### Instructions to follow
In the entries below, find the line containing "f 404 415 508" and the line containing "f 405 407 500". Copy those two lines and everything between them exactly, and only that.

Given data Block Start

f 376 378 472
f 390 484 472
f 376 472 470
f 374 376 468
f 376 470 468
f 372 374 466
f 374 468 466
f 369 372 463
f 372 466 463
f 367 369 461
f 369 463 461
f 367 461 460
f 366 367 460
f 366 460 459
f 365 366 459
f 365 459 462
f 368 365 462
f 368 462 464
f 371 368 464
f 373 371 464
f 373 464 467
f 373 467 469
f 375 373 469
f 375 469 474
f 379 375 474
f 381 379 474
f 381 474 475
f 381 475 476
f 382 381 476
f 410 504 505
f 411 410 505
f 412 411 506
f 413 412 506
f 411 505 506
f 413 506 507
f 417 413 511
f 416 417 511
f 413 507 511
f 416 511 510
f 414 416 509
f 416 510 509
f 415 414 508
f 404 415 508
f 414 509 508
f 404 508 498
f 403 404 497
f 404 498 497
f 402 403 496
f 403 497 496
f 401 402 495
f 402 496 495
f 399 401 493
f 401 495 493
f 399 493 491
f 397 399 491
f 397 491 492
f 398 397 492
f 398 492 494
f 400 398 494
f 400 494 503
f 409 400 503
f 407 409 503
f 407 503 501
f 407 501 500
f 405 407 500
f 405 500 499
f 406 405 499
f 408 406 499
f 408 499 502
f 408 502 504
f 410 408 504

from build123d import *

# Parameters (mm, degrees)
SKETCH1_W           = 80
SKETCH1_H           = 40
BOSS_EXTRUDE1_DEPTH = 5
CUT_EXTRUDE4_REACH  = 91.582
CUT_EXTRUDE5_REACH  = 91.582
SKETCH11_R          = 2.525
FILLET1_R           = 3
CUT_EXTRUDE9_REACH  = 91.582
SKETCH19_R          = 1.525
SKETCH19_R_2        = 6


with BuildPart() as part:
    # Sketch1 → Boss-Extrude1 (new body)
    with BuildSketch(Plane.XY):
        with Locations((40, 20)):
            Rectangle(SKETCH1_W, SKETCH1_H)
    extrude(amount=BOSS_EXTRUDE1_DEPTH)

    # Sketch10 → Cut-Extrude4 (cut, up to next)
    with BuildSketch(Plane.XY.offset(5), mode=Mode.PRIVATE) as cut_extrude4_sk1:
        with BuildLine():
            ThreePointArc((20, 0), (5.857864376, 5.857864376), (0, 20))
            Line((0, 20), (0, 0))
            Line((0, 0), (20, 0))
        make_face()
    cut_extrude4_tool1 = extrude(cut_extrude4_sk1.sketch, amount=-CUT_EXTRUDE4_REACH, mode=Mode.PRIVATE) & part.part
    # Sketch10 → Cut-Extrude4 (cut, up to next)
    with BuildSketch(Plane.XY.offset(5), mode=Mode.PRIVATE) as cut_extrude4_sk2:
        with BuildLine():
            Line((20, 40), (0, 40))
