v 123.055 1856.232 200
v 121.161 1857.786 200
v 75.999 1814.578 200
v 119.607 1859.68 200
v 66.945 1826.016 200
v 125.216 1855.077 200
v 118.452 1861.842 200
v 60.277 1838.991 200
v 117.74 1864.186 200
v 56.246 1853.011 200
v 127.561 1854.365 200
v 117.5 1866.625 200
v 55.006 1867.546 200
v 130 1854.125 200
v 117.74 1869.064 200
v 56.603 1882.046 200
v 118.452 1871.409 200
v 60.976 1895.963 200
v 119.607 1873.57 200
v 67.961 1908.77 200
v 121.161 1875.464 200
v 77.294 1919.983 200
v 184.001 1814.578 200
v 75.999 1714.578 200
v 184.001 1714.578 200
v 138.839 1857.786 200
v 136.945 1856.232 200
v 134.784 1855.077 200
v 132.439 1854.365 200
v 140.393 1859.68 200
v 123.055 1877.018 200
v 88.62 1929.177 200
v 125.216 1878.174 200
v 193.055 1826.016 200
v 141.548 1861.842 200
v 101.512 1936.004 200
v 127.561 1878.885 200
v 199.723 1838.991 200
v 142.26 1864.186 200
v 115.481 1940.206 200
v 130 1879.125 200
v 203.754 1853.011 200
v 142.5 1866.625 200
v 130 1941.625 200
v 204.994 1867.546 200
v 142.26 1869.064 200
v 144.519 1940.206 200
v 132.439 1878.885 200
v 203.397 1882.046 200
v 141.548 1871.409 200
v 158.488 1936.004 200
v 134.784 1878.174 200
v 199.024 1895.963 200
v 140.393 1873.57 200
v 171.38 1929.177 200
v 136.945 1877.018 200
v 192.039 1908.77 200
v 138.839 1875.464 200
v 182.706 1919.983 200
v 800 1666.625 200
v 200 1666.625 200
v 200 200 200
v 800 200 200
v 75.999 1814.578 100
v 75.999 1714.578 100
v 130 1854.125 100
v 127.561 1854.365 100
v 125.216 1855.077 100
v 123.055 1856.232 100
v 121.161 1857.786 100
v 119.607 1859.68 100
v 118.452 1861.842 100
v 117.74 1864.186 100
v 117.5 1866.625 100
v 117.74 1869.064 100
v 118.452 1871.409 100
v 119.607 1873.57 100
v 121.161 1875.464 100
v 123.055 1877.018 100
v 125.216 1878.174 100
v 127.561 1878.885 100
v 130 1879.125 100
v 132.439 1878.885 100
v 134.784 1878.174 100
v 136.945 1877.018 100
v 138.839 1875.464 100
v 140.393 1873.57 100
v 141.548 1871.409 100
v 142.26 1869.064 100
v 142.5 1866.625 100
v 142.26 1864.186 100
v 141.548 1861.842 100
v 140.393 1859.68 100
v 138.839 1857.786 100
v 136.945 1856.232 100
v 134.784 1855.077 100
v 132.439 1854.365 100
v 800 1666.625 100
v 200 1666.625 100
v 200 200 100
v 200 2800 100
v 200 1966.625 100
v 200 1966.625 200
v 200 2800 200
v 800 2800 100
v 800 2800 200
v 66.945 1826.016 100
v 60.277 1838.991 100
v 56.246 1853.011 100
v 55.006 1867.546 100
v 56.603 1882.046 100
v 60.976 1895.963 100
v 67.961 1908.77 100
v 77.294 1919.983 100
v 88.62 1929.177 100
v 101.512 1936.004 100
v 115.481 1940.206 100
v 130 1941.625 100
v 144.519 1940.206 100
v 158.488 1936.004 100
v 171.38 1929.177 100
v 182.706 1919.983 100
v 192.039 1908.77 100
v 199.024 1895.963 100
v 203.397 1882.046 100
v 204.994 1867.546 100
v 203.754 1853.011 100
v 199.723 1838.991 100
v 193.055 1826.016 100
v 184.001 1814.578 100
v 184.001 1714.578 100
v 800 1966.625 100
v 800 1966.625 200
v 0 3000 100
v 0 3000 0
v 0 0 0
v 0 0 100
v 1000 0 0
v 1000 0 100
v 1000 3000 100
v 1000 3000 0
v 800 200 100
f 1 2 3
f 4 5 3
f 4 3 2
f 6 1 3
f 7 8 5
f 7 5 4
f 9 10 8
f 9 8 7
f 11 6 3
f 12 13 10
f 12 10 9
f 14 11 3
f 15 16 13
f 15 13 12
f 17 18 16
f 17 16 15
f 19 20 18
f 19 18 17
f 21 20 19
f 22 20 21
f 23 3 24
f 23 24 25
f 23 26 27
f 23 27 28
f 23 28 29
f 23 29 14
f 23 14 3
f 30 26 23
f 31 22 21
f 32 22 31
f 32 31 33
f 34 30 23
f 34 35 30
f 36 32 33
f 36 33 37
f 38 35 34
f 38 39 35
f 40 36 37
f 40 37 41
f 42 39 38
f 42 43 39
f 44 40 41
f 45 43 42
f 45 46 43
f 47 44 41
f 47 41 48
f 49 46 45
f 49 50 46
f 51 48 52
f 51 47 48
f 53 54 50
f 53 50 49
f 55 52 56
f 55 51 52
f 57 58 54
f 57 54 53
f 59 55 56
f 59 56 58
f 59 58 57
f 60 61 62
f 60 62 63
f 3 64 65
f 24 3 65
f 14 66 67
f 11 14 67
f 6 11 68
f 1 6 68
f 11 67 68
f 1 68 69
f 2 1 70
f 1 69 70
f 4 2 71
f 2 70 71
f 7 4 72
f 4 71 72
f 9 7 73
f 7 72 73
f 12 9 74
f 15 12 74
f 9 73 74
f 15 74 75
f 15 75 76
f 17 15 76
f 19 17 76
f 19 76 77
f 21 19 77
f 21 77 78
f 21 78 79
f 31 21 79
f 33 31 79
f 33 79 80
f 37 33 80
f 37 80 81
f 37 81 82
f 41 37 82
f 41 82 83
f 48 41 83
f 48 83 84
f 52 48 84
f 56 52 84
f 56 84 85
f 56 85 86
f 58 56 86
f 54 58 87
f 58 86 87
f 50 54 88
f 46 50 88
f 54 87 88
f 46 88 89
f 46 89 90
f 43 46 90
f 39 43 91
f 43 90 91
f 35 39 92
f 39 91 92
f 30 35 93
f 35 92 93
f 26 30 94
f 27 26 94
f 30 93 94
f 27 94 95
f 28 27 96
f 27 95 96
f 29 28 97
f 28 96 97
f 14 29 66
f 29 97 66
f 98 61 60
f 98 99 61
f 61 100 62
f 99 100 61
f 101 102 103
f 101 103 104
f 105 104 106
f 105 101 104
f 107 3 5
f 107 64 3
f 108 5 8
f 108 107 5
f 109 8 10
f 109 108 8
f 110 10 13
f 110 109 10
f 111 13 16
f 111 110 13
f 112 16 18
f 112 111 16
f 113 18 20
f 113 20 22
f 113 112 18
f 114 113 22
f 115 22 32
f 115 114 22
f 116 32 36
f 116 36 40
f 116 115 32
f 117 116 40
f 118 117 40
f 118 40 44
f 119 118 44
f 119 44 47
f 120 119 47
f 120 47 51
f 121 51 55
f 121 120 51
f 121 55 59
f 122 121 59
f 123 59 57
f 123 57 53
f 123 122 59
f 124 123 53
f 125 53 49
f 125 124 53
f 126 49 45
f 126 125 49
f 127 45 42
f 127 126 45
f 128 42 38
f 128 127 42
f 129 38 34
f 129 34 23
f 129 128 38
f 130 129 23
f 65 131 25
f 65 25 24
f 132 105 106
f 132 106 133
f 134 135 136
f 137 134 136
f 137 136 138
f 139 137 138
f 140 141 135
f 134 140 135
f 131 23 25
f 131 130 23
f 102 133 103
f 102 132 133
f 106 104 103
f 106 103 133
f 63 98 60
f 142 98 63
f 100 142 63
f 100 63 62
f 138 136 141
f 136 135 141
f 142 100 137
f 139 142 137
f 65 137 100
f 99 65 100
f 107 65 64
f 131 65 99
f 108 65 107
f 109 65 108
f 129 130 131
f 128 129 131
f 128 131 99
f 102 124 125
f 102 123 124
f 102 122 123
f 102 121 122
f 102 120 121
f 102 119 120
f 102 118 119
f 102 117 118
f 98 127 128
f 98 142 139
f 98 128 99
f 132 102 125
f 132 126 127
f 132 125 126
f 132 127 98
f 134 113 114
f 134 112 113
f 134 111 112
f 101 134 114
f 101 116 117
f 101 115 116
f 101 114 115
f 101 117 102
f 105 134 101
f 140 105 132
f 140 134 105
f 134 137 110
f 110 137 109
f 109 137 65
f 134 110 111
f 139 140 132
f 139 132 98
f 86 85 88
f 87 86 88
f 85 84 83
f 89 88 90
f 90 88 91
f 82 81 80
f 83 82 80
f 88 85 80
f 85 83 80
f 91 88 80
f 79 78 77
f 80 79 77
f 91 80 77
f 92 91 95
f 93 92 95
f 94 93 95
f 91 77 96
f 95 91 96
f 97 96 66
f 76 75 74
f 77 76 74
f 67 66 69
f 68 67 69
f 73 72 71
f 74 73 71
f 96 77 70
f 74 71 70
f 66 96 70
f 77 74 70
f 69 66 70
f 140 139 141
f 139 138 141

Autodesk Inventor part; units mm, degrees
ref_plane "YZ Plane" through (0, 0, 0) normal (1, 0, 0) x (0, 1, 0)
sketch "Sketch1" plane through (0, 0, 0) normal (0, 0, 1) x (1, 0, 0)
  line L0 (0, 0) -> (1000, 0)
  line L1 (1000, 0) -> (1000, 3000)
  line L2 (1000, 3000) -> (0, 3000)
  line L3 (0, 3000) -> (0, 0)
  dimension "d0" = 1000
  dimension "d1" = 3000
extrude "Extrusion1" add sketch "Sketch1" along normal blind 100
ref_plane "Work Plane1" through (0, 0, 100) normal (0, 0, 1) x (1, 0, 0)
sketch "Sketch2" plane through (0, 0, 100) normal (0, 0, 1) x (1, 0, 0)
  line L0 (200, 2800) -> (800, 2800)
  line L1 (800, 2800) -> (800, 1966.6251)
  line L2 (800, 1966.6251) -> (200, 1966.6251)
  line L3 (200, 1966.6251) -> (200, 2800)
  line L4 (200, 1666.6251) -> (800, 1666.6251)
  line L5 (800, 1666.6251) -> (800, 200)
  line L6 (800, 200) -> (200, 200)
  line L7 (200, 200) -> (200, 1666.6251)
  line L8 (1000, 3000) -> (0, 3000) projected
  line L9 (0, 3000) -> (0, 0) projected
  line L10 (1000, 0) -> (1000, 3000) projected
  line L11 (0, 0) -> (1000, 0) projected
  dimension "d5" = 200
  dimension "d6" = 200
  dimension "d7" = 200
  dimension "d8" = 300
  dimension "d9" = 200
extrude "Extrusion2" add sketch "Sketch2" along normal blind 100 contours L0 L1 L2 L3 | L4 L5 L6 L7
ref_plane "Work Plane2" through (0, 0, 100) normal (0, 0, 1) x (1, 0, 0)
sketch "Sketch3" plane through (0, 0, 100) normal (0, 0, 1) x (1, 0, 0)
  circle A0 centre (130, 1866.6251) radius 75
  line L0 (200, 2800) -> (200, 1966.6251) projected
  line L1 (200, 1966.6251) -> (800, 1966.6251) projected
  line L2 (75.9991, 1814.578) -> (75.9991, 1714.578)
  line L3 (184.0009, 1814.578) -> (184.0009, 1714.578)
  line L4 (184.0009, 1714.578) -> (75.9991, 1714.578)
  point P0 (0, 0)
  dimension "d13" = 150
  dimension "d14" = 70
  dimension "d15" = 100
  dimension "d16" = 100
  dimension "d17" = 100
extrude "Extrusion3" add sketch "Sketch3" along normal blind 100
sketch "Sketch4" plane through (0, 0, 200) normal (0, 0, 1) x (1, 0, 0)
  arc A0 (184.0009, 1814.578) -> (75.9991, 1814.578) centre (130, 1866.6251) ccw projected
  point P0 (0, 0)
hole "Hole1" at (130, 1866.6251, 200) direction (0, 0, -1) diameter 25 depth 100
properties part number "Maitri_door"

Given data Block End

### Response for this exercise
f 404 415 508
f 414 509 508
f 404 508 498
f 403 404 497
f 404 498 497
f 402 403 496
f 403 497 496
f 401 402 495
f 402 496 495
f 399 401 493
f 401 495 493
f 399 493 491
f 397 399 491
f 397 491 492
f 398 397 492
f 398 492 494
f 400 398 494
f 400 494 503
f 409 400 503
f 407 409 503
f 407 503 501
f 407 501 500
f 405 407 500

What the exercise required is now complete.